### Data shown
++++

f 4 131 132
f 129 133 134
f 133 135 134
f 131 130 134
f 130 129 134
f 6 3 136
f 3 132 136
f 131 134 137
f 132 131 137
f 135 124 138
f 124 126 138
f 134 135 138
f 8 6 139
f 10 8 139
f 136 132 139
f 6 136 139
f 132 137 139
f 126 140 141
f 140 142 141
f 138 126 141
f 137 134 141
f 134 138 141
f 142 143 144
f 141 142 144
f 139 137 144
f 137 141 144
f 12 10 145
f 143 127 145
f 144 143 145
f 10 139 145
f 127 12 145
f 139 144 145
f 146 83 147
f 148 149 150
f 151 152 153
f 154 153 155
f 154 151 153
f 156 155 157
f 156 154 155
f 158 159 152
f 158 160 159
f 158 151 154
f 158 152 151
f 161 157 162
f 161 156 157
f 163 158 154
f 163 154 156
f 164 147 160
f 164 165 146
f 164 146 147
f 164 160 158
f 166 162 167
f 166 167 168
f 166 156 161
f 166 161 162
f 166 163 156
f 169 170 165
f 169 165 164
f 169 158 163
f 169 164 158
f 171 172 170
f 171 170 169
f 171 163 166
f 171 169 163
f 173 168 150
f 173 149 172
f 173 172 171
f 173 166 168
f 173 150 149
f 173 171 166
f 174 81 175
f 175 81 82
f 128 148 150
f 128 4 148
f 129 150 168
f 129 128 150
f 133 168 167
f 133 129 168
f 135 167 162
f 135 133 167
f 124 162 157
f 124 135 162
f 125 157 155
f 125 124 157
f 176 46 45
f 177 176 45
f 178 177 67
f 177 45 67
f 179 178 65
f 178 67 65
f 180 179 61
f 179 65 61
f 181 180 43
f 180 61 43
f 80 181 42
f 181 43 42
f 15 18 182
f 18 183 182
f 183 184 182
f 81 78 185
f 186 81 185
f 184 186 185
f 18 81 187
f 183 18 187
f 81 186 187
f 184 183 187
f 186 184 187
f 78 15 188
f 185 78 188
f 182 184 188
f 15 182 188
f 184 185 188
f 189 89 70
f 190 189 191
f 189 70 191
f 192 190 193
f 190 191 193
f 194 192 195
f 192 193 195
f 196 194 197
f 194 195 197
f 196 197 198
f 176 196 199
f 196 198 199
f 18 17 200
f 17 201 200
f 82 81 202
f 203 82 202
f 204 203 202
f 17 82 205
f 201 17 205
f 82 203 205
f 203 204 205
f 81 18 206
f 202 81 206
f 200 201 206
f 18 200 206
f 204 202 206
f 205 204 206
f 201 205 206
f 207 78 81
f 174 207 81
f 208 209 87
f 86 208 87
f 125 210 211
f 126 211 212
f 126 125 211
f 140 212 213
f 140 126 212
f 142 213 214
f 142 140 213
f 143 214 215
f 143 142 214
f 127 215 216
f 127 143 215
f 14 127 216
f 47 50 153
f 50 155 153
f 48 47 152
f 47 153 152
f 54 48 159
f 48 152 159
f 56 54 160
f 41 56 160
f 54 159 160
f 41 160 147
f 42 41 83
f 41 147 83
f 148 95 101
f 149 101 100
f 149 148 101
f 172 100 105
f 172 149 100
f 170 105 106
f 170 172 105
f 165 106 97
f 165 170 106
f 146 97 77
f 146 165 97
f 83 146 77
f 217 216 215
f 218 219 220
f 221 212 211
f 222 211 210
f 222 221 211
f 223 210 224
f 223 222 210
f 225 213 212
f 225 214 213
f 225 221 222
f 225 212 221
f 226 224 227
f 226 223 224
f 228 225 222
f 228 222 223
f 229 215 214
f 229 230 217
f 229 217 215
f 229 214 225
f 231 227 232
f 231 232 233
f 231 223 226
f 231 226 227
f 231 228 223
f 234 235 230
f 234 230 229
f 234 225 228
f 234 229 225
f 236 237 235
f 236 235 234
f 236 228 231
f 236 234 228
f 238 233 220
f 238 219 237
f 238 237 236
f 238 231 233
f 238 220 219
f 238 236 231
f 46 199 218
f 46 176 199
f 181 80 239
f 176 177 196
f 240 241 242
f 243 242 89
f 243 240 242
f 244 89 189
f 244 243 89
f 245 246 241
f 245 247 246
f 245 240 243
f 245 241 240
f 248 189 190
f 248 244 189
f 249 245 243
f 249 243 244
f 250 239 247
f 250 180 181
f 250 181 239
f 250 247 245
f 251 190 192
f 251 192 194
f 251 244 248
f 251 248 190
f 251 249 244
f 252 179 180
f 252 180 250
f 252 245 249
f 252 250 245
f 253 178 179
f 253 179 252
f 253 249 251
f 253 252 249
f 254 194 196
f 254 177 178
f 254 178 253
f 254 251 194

++++

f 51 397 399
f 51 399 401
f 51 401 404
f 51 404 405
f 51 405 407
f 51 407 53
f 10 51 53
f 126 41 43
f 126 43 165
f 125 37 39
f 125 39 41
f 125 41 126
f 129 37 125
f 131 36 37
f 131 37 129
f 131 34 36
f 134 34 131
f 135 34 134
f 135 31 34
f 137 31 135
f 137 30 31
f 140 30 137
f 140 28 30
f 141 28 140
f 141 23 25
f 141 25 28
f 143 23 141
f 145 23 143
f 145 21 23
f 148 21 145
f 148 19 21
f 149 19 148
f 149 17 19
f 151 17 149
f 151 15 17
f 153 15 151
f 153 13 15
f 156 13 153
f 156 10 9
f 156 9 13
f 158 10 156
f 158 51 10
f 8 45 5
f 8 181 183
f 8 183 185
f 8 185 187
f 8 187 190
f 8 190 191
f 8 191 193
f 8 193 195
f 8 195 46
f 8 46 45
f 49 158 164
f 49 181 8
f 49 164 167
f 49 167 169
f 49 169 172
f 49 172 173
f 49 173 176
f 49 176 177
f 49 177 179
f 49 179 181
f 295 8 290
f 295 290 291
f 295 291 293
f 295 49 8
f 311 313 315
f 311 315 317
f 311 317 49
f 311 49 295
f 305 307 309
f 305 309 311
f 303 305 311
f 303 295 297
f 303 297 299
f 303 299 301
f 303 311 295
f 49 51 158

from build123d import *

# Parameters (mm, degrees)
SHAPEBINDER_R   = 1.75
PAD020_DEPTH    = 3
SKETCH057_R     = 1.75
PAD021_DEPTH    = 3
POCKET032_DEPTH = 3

++++

### Prompt
Of the lines above, output exactly those from the line bearing "f 18 17 200" through the line bearing "f 172 149 100", inclusive.

### Answer space
f 18 17 200
f 17 201 200
f 82 81 202
f 203 82 202
f 204 203 202
f 17 82 205
f 201 17 205
f 82 203 205
f 203 204 205
f 81 18 206
f 202 81 206
f 200 201 206
f 18 200 206
f 204 202 206
f 205 204 206
f 201 205 206
f 207 78 81
f 174 207 81
f 208 209 87
f 86 208 87
f 125 210 211
f 126 211 212
f 126 125 211
f 140 212 213
f 140 126 212
f 142 213 214
f 142 140 213
f 143 214 215
f 143 142 214
f 127 215 216
f 127 143 215
f 14 127 216
f 47 50 153
f 50 155 153
f 48 47 152
f 47 153 152
f 54 48 159
f 48 152 159
f 56 54 160
f 41 56 160
f 54 159 160
f 41 160 147
f 42 41 83
f 41 147 83
f 148 95 101
f 149 101 100
f 149 148 101
f 172 100 105
f 172 149 100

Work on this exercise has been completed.